Substrate specificities and inhibition of two hemorrhagic zinc proteases Ht-c and Ht-d from Crotalus atrox venom.

The proteolytic specificities of two zinc hemorrhagic toxins (Ht-c and Ht-d), isolated from Crotalus atrox venom, were investigated by using the oxidized B chain of bovine insulin and synthetic peptide substrates. The enzymes cleaved the Ala14-Leu15 bond of the insulin B chain most rapidly and the Tyr16-Leu17 slightly more slowly. The His5-Leu6, His10-Leu11, and Gly23-Phe24 bonds were also cleaved but at considerably slower rates. In order to assess the substrate length preferences of the enzymes, peptide analogs of the B chain about the Ala14-Leu15 bond were synthesized ranging in length from four to seven residues. The heptapeptide NH2-Leu-Val-Glu-Ala-Leu-Tyr-Leu-COOH was the best peptide substrate tested with the other peptides having decreasing kcat/Km values with decreasing length. The tetrapeptide NH2-Ala-Leu-Tyr-Leu-COOH was not cleaved by the enzymes. Furthermore, this peptide was shown to serve as a competitive inhibitor of the toxins.
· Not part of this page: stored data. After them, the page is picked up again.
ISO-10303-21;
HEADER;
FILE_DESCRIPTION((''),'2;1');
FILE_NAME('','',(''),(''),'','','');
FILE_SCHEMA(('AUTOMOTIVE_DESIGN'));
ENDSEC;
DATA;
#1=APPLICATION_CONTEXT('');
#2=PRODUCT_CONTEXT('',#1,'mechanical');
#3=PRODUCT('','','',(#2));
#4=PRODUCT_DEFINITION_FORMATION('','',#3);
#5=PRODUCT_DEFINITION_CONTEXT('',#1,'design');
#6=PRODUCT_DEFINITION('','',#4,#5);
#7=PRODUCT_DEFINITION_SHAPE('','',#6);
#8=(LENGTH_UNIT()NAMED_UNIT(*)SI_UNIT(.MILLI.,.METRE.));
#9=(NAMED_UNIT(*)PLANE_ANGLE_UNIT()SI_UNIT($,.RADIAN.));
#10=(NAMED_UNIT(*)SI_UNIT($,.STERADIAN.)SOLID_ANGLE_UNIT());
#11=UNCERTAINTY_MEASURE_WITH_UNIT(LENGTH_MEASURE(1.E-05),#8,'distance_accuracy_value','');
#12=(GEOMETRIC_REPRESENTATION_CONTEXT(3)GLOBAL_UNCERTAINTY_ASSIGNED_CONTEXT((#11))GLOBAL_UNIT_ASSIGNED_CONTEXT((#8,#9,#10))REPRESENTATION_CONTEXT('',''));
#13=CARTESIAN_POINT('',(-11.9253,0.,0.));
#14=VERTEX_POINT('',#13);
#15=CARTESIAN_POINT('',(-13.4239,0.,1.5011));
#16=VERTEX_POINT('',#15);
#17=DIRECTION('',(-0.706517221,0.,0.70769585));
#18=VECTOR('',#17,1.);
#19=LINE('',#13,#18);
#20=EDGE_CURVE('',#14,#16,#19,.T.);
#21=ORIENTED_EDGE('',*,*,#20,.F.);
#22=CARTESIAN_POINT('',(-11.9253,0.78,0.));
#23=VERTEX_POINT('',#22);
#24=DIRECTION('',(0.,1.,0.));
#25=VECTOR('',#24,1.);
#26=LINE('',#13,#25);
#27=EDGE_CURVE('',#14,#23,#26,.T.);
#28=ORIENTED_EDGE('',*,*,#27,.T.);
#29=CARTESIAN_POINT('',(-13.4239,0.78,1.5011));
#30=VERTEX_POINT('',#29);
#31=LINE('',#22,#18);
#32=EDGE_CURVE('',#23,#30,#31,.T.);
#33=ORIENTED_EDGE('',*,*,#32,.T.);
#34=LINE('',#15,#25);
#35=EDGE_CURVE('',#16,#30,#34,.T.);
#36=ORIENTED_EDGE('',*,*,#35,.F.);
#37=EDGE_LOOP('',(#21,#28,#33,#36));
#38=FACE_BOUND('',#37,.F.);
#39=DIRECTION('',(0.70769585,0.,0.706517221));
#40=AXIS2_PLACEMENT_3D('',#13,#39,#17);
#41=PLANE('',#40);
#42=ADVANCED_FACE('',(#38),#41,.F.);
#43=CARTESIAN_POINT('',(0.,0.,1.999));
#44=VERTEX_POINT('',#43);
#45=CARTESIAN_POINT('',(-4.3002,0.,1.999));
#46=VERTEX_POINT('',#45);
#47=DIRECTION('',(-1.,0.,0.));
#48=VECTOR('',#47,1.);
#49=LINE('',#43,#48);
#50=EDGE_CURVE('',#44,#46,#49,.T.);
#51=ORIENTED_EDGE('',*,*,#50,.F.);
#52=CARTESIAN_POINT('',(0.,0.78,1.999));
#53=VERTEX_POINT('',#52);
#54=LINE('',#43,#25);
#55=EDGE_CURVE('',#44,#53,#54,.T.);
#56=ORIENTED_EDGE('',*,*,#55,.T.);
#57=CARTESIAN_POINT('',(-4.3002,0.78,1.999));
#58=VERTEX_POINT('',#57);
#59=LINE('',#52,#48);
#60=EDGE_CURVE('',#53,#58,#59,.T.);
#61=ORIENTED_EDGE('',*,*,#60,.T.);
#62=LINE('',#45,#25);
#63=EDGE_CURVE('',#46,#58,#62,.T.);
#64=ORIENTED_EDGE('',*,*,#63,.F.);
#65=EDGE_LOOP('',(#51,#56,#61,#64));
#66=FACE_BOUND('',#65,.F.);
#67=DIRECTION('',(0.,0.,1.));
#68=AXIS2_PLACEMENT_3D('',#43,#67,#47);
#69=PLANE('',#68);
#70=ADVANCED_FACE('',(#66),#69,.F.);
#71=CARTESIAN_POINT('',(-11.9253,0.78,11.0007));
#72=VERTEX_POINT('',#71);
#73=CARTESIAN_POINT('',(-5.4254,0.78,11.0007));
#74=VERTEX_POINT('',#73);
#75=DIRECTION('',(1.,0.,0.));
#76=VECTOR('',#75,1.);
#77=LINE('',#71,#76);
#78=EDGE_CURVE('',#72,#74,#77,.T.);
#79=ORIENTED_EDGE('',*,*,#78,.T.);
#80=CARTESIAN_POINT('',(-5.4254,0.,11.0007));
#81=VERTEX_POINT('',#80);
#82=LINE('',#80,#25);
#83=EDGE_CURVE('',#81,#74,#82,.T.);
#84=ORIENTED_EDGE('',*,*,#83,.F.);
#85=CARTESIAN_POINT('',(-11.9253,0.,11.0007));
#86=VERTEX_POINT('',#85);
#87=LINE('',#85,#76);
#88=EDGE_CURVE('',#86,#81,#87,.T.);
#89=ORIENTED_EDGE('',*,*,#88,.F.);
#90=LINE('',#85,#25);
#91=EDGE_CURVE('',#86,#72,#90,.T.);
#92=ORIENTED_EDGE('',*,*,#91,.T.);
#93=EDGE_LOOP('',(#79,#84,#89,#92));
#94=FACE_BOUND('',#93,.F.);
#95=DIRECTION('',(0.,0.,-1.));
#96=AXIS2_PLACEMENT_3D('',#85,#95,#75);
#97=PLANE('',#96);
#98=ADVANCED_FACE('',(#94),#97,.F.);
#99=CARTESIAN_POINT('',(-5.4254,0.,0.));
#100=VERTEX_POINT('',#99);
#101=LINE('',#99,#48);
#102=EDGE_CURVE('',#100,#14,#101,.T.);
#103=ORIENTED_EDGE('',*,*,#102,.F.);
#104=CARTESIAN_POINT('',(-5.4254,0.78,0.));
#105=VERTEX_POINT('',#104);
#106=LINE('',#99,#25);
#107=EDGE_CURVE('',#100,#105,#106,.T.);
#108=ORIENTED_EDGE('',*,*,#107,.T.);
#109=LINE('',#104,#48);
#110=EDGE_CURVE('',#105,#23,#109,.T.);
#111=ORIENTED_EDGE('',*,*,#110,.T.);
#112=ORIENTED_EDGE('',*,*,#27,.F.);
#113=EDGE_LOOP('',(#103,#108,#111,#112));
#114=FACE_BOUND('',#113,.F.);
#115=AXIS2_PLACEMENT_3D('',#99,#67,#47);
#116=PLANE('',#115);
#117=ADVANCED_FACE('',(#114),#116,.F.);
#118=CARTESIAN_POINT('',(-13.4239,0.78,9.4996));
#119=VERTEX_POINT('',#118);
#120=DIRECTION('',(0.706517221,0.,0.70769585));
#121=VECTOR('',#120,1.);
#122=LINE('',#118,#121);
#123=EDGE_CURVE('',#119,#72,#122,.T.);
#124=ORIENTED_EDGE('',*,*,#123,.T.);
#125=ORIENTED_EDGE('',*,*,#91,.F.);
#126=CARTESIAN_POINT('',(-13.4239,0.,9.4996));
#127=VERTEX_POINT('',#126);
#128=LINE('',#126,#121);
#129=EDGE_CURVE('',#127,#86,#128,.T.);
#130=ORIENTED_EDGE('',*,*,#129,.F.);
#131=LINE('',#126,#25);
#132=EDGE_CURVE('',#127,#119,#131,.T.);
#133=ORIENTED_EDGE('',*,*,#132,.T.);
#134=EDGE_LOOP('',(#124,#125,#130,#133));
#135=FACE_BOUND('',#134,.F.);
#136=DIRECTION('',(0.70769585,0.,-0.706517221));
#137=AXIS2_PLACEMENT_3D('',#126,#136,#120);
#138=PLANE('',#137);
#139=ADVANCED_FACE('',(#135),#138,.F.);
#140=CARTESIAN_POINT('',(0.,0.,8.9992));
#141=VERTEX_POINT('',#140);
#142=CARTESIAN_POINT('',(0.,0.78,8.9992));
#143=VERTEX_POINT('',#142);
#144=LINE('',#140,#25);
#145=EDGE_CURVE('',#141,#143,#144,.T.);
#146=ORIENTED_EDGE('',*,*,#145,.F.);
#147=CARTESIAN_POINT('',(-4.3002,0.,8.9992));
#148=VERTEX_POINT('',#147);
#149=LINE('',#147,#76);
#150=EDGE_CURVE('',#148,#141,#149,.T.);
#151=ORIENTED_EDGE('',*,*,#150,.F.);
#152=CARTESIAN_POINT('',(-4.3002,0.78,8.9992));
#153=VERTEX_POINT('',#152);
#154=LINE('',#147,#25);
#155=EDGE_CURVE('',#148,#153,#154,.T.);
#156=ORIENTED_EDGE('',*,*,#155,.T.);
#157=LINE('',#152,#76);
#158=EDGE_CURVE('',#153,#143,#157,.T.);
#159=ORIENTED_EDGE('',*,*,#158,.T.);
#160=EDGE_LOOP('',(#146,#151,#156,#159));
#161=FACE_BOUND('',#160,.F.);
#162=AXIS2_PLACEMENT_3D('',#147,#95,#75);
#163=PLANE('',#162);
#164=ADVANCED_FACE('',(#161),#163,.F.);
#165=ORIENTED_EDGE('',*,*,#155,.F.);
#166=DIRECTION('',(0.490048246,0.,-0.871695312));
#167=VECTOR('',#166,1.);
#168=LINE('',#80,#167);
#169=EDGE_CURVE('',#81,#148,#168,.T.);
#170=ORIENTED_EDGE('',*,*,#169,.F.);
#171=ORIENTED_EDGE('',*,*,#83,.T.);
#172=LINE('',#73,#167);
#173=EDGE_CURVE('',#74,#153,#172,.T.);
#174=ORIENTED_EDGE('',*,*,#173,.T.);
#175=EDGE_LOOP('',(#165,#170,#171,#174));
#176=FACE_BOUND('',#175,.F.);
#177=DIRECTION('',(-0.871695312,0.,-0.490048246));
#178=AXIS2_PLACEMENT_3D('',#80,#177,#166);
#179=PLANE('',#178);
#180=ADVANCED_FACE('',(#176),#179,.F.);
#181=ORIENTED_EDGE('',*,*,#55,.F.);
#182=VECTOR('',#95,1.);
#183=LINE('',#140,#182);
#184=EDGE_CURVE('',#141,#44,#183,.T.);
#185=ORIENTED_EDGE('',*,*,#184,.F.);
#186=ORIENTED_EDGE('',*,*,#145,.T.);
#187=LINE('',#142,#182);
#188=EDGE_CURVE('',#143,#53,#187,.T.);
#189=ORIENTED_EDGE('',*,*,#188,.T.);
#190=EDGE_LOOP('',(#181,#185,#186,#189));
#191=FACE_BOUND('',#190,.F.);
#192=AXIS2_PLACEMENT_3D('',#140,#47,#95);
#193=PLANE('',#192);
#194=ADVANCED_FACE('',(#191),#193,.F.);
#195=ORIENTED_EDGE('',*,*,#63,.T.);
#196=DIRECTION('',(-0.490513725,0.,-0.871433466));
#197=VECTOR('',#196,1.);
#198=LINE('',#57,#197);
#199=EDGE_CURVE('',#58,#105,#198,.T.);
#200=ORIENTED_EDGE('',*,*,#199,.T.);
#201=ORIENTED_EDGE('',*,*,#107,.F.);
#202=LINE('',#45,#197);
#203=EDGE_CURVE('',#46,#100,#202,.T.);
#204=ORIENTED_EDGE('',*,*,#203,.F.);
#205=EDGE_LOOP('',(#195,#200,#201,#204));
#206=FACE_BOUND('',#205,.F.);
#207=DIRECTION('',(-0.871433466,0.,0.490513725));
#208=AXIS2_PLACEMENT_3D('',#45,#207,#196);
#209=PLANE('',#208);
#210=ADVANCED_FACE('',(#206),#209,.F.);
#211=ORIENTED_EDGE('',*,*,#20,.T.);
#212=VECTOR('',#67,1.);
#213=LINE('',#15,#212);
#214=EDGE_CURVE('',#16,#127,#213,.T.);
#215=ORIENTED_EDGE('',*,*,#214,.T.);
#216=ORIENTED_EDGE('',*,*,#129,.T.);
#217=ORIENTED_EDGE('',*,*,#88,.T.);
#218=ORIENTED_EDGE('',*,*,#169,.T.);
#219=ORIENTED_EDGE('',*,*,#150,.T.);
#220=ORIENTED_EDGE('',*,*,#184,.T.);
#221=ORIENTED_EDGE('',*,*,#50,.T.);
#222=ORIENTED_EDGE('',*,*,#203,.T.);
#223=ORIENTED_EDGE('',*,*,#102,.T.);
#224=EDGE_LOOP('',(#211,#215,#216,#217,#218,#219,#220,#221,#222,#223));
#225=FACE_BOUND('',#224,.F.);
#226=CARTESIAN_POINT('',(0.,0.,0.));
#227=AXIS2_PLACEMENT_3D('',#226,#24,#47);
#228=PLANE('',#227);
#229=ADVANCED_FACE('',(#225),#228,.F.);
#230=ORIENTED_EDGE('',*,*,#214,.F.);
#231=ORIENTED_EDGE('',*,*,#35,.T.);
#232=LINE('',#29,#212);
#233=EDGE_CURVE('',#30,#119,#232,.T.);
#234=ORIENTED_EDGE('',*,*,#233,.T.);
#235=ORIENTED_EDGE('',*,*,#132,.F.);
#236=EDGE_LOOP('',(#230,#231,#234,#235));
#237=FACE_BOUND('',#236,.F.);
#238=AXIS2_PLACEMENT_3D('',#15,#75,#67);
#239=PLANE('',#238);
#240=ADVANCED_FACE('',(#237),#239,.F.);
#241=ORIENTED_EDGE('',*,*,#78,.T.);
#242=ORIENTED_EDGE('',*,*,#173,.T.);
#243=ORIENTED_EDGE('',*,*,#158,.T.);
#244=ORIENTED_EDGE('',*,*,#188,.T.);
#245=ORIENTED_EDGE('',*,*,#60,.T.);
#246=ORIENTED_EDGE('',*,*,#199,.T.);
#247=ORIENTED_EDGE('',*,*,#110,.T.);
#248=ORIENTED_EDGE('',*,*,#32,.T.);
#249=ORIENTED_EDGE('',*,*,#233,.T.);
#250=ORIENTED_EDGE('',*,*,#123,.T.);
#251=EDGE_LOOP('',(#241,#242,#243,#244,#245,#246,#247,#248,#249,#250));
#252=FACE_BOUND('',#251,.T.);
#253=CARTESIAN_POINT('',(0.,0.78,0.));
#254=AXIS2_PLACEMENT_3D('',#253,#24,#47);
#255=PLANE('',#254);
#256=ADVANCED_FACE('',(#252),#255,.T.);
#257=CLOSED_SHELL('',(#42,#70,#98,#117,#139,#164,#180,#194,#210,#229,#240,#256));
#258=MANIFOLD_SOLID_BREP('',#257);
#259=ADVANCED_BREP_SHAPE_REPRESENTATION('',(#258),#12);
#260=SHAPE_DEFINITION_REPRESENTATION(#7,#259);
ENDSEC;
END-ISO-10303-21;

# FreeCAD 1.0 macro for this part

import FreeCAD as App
import Part
import Sketcher

V = App.Vector
Q = App.Units.Quantity


def add_polygon(sketch, points):
    """Adds a closed chain of lines whose ends are joined by coincident constraints."""
    first, n = sketch.GeometryCount, len(points)
    for a, b in zip(points, points[1:] + points[:1]):
        sketch.addGeometry(Part.LineSegment(App.Vector(*a, 0), App.Vector(*b, 0)), False)
    for i in range(n):
        sketch.addConstraint(Sketcher.Constraint("Coincident", first + i, 2, first + (i + 1) % n, 1))

doc = App.newDocument("Part")
body = doc.addObject("PartDesign::Body", "Body")

sketch1 = body.newObject("Sketcher::SketchObject", "Sketch")
sketch1.AttachmentSupport = (doc.getObject("XZ_Plane"), [""])
sketch1.MapMode = "FlatFace"
add_polygon(sketch1, [(0, 2), (-4.3, 2), (-5.4, 0), (-11.9, 0), (-13.4, 1.5), (-13.4, 9.5), (-11.9, 11), (-5.4, 11), (-4.3, 9), (0, 9)])
sketch1.addConstraint([
    Sketcher.Constraint("Horizontal", 0),
    Sketcher.Constraint("Horizontal", 2),
    Sketcher.Constraint("Vertical", 4),
    Sketcher.Constraint("Horizontal", 6),
    Sketcher.Constraint("Horizontal", 8),
    Sketcher.Constraint("Vertical", 9),
    Sketcher.Constraint("PointOnObject", 1, 2, -1),
    Sketcher.Constraint("PointOnObject", 8, 2, -2),
    Sketcher.Constraint("Vertical", 2, 2, 5, 2),
    Sketcher.Constraint("Vertical", 1, 2, 6, 2),
    Sketcher.Constraint("Vertical", 0, 2, 7, 2),
    Sketcher.Constraint("Equal", 3, 5),
    Sketcher.Constraint("DistanceX", 2, 2, 2, 1, Q("6.5 mm")),
    Sketcher.Constraint("Distance", 1, Q("2.294 mm")),
    Sketcher.Constraint("Distance", 3, Q("2.121 mm")),
    Sketcher.Constraint("Distance", 7, Q("2.296 mm")),
    Sketcher.Constraint("DistanceX", 0, 2, 0, 1, Q("4.3002 mm")),
    Sketcher.Constraint("DistanceY", 4, 1, 4, 2, Q("7.9985 mm")),
    Sketcher.Constraint("DistanceY", 9, 2, 9, 1, Q("7.0002 mm")),
    Sketcher.Constraint("DistanceY", -1, 1, 0, 2, Q("1.999 mm")),
])
pad1 = body.newObject("PartDesign::Pad", "Pad")
pad1.Profile = sketch1
pad1.Length = 0.78
pad1.Reversed = True

doc.recompute()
The N-acetylated pentapeptides and hexapeptides, synthesized to probe the active site environment of the enzymes, were significantly better substrates than their unacetylated counterparts. The toxins had the highest kcat/Km values for the acetylated peptide Ac-Val-Ala-Leu-Leu-Ala-COOH. The data suggest that the toxins may indeed have extended substrate-binding sites, which may accommodate at least six amino acid residues. The best substrate examined thus far for the toxins is the fluorogenic peptide analog 2-aminobenzoyl-Ala-Gly-Leu-Ala-4-nitrobenzylamide, suggestive of similarities between the toxins and mammalian collagenases as well as thermolysin. Mechanisms for inhibition of the enzymes were investigated using amino acid hydroxamates, chloromethyl esters, phosphoramidon and the peptide NH2-Ala-Leu-Tyr-Leu-COOH. All of these inhibitors had Ki values in the 10(-4) M range.